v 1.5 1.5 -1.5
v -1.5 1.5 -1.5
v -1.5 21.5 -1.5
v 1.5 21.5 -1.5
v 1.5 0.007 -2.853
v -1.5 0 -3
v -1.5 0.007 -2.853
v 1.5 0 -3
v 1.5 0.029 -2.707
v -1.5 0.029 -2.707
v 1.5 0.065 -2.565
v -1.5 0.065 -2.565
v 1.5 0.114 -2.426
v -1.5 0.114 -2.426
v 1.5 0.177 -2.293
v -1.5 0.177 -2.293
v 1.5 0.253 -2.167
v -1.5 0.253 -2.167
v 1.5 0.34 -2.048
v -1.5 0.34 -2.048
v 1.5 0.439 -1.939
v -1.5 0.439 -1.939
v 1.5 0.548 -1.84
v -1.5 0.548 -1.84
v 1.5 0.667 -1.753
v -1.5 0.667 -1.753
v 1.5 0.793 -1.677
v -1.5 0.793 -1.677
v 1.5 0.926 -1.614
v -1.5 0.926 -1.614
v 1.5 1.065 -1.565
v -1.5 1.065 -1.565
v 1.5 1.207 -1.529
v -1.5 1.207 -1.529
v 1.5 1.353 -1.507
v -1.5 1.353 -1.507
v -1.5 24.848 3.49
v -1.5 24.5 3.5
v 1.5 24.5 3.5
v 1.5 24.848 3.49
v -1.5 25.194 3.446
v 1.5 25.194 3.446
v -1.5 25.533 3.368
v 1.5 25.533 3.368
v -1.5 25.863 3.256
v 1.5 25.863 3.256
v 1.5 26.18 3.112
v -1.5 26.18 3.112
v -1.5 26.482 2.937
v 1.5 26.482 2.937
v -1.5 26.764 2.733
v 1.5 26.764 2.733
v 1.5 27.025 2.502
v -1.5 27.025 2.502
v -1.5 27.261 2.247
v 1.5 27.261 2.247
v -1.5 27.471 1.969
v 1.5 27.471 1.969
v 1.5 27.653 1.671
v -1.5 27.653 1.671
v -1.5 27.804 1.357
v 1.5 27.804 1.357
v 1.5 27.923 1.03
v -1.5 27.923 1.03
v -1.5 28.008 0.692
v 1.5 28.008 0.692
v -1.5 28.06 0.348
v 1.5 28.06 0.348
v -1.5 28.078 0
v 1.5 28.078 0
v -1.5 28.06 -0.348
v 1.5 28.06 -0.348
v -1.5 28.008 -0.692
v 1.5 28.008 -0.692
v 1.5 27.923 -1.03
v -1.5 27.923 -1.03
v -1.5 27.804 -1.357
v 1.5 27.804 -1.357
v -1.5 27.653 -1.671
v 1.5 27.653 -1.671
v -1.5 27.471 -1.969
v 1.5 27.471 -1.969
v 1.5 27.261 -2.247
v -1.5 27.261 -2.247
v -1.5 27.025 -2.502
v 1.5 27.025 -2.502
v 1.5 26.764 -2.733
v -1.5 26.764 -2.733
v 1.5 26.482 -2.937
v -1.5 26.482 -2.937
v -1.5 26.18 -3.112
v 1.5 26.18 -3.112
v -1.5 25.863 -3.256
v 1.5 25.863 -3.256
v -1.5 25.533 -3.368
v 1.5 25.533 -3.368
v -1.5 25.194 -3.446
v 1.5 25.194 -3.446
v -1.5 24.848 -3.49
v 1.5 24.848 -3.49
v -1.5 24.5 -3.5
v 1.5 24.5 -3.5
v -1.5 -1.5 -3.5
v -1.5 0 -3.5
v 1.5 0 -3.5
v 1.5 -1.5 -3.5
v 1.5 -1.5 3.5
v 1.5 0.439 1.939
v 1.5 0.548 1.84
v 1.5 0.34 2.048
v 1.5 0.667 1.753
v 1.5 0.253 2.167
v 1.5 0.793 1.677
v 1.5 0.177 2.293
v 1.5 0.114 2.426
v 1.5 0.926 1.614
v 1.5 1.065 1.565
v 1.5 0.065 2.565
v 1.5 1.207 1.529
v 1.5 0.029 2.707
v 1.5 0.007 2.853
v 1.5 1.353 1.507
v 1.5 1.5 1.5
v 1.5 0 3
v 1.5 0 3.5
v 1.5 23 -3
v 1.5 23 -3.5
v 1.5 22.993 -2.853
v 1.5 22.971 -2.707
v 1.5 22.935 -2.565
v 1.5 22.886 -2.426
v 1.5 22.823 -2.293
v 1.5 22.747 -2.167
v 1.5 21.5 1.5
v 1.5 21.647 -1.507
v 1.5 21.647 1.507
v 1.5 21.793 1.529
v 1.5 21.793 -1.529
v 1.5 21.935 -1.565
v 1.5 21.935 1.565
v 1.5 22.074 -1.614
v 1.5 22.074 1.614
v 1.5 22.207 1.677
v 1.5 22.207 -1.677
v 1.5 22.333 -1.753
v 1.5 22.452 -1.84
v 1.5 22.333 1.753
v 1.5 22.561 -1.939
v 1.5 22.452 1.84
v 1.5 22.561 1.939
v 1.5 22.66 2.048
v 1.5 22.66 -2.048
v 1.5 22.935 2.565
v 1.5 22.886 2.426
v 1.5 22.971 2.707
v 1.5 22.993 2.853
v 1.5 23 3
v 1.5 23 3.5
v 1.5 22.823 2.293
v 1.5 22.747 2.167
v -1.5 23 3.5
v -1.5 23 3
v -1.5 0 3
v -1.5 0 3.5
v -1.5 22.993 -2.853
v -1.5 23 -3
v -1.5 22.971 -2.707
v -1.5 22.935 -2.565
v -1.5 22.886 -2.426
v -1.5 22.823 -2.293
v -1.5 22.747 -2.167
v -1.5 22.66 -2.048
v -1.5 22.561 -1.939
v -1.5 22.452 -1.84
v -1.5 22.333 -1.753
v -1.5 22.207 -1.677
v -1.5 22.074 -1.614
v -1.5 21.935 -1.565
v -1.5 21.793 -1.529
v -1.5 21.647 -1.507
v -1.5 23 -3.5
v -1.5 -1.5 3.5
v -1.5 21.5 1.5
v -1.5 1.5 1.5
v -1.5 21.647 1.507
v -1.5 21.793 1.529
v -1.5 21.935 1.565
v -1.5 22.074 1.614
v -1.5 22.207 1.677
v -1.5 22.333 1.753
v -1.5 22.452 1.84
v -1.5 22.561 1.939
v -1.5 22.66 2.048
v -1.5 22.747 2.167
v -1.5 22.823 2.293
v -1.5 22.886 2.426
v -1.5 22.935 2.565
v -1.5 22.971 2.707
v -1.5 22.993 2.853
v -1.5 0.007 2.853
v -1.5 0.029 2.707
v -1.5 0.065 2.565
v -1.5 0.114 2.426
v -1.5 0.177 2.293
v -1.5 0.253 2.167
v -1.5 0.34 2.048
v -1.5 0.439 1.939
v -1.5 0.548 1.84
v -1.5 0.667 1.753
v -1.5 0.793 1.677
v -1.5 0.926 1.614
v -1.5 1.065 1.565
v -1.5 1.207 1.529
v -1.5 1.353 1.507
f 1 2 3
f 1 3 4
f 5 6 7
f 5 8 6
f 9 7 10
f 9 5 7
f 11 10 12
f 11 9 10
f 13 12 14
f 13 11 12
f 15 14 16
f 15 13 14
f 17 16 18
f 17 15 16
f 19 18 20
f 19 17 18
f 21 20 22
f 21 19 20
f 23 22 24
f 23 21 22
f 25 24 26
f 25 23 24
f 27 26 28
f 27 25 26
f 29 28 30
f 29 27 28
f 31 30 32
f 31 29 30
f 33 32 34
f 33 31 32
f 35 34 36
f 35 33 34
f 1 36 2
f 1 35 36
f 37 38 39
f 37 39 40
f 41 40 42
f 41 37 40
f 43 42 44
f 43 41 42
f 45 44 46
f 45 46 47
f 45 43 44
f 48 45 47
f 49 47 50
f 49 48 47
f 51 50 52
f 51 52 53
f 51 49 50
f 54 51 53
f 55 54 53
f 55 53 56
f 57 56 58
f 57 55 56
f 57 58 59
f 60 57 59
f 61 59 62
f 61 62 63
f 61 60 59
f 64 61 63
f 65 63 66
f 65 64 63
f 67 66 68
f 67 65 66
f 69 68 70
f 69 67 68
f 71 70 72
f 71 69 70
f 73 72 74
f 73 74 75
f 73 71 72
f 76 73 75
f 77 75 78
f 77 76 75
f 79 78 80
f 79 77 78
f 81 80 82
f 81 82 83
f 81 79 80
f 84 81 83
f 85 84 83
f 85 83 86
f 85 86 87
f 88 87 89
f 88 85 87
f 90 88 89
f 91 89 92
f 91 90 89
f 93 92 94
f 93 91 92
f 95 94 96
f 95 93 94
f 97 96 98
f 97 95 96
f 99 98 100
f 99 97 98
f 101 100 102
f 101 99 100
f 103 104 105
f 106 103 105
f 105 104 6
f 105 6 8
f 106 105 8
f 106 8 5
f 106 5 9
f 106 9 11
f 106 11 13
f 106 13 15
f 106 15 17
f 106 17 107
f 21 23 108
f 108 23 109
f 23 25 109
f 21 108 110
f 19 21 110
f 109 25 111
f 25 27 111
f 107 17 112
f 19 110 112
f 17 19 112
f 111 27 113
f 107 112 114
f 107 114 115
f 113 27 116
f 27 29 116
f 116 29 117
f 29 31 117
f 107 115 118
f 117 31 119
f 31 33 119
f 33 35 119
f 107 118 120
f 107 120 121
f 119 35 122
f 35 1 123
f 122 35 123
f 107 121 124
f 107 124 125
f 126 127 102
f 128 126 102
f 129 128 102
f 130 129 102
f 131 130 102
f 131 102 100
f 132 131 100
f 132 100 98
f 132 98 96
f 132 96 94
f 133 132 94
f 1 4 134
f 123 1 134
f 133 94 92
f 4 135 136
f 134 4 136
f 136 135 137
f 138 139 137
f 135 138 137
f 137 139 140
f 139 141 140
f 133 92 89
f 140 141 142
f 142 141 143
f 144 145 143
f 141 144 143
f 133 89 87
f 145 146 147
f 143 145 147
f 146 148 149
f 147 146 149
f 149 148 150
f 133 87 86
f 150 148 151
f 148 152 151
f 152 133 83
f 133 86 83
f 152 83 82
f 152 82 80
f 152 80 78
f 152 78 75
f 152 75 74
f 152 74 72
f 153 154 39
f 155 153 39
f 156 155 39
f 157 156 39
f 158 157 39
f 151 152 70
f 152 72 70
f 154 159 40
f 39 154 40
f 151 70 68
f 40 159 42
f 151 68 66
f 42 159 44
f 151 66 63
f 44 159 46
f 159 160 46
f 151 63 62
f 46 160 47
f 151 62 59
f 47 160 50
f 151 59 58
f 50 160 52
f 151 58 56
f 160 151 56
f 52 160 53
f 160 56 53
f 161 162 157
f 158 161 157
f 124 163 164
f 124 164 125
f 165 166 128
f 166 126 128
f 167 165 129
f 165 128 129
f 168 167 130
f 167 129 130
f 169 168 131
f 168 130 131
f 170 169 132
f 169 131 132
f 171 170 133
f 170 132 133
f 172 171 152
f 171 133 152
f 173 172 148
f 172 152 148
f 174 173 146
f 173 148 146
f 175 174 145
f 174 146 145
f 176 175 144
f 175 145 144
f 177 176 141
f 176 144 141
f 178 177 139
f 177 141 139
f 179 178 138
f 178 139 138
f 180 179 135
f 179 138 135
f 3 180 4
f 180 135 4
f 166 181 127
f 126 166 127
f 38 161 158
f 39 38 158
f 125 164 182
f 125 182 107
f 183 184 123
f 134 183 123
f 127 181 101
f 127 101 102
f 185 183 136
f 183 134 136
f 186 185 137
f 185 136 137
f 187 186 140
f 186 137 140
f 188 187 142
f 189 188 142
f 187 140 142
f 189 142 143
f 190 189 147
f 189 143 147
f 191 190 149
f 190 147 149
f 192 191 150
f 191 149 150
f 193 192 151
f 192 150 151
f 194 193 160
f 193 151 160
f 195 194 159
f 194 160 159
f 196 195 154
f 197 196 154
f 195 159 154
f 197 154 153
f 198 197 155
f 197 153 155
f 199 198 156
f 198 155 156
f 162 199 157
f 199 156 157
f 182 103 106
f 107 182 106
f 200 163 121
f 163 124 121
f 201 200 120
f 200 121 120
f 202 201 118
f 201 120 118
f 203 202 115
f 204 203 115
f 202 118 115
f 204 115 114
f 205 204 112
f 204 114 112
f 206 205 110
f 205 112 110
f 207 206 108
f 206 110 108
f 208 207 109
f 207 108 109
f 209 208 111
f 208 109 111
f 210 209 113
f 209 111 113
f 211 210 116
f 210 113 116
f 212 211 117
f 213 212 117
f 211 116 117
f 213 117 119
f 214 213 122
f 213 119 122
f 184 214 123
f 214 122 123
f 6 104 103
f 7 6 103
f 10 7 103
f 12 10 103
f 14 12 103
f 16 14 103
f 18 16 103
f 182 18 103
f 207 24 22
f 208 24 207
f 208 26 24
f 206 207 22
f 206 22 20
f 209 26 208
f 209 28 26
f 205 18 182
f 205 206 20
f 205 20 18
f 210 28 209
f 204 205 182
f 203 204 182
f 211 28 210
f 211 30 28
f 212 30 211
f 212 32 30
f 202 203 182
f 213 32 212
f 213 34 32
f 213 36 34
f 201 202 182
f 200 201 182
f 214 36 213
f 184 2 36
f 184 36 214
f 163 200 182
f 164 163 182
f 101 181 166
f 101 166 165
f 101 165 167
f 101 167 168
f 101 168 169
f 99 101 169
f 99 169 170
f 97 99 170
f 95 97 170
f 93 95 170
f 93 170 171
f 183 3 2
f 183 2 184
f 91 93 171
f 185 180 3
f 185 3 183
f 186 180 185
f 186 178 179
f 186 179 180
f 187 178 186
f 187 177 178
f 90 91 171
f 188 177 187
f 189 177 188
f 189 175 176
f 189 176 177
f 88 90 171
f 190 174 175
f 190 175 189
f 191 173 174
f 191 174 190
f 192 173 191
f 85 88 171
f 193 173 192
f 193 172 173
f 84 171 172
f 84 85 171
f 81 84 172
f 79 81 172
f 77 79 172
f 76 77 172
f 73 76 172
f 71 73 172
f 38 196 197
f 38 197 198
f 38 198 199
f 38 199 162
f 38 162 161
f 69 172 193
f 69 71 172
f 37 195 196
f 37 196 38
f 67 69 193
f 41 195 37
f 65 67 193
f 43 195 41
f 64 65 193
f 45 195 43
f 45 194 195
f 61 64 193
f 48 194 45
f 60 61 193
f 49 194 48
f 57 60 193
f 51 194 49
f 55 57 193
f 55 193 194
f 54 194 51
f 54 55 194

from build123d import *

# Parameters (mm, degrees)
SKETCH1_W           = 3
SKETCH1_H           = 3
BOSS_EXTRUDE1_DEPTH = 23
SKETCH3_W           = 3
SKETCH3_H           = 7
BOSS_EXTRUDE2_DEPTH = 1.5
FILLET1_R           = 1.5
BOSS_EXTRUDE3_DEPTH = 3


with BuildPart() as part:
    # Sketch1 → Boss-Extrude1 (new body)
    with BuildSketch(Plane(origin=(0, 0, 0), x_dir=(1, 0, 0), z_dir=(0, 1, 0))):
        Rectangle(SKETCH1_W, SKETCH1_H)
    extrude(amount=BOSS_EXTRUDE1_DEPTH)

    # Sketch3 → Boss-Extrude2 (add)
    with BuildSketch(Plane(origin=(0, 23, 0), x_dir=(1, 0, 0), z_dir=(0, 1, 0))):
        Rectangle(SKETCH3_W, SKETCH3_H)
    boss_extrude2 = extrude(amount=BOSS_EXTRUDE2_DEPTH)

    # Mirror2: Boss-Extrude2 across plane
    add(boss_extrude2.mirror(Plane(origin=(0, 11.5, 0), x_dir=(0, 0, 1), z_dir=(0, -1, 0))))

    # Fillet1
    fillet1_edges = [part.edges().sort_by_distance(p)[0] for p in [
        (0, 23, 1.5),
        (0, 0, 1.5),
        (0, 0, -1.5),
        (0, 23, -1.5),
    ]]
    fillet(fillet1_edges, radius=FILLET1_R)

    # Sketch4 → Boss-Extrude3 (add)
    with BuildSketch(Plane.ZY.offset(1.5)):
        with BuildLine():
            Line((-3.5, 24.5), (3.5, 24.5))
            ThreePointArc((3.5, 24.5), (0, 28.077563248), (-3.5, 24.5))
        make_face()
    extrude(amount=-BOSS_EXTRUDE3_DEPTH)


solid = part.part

_TASK:_
From the entries above, extract only the lines running from the one containing "f 93 95 170" through the one containing "f 84 171 172", inclusive.

_ANSWER SPACE:_
f 93 95 170
f 93 170 171
f 183 3 2
f 183 2 184
f 91 93 171
f 185 180 3
f 185 3 183
f 186 180 185
f 186 178 179
f 186 179 180
f 187 178 186
f 187 177 178
f 90 91 171
f 188 177 187
f 189 177 188
f 189 175 176
f 189 176 177
f 88 90 171
f 190 174 175
f 190 175 189
f 191 173 174
f 191 174 190
f 192 173 191
f 85 88 171
f 193 173 192
f 193 172 173
f 84 171 172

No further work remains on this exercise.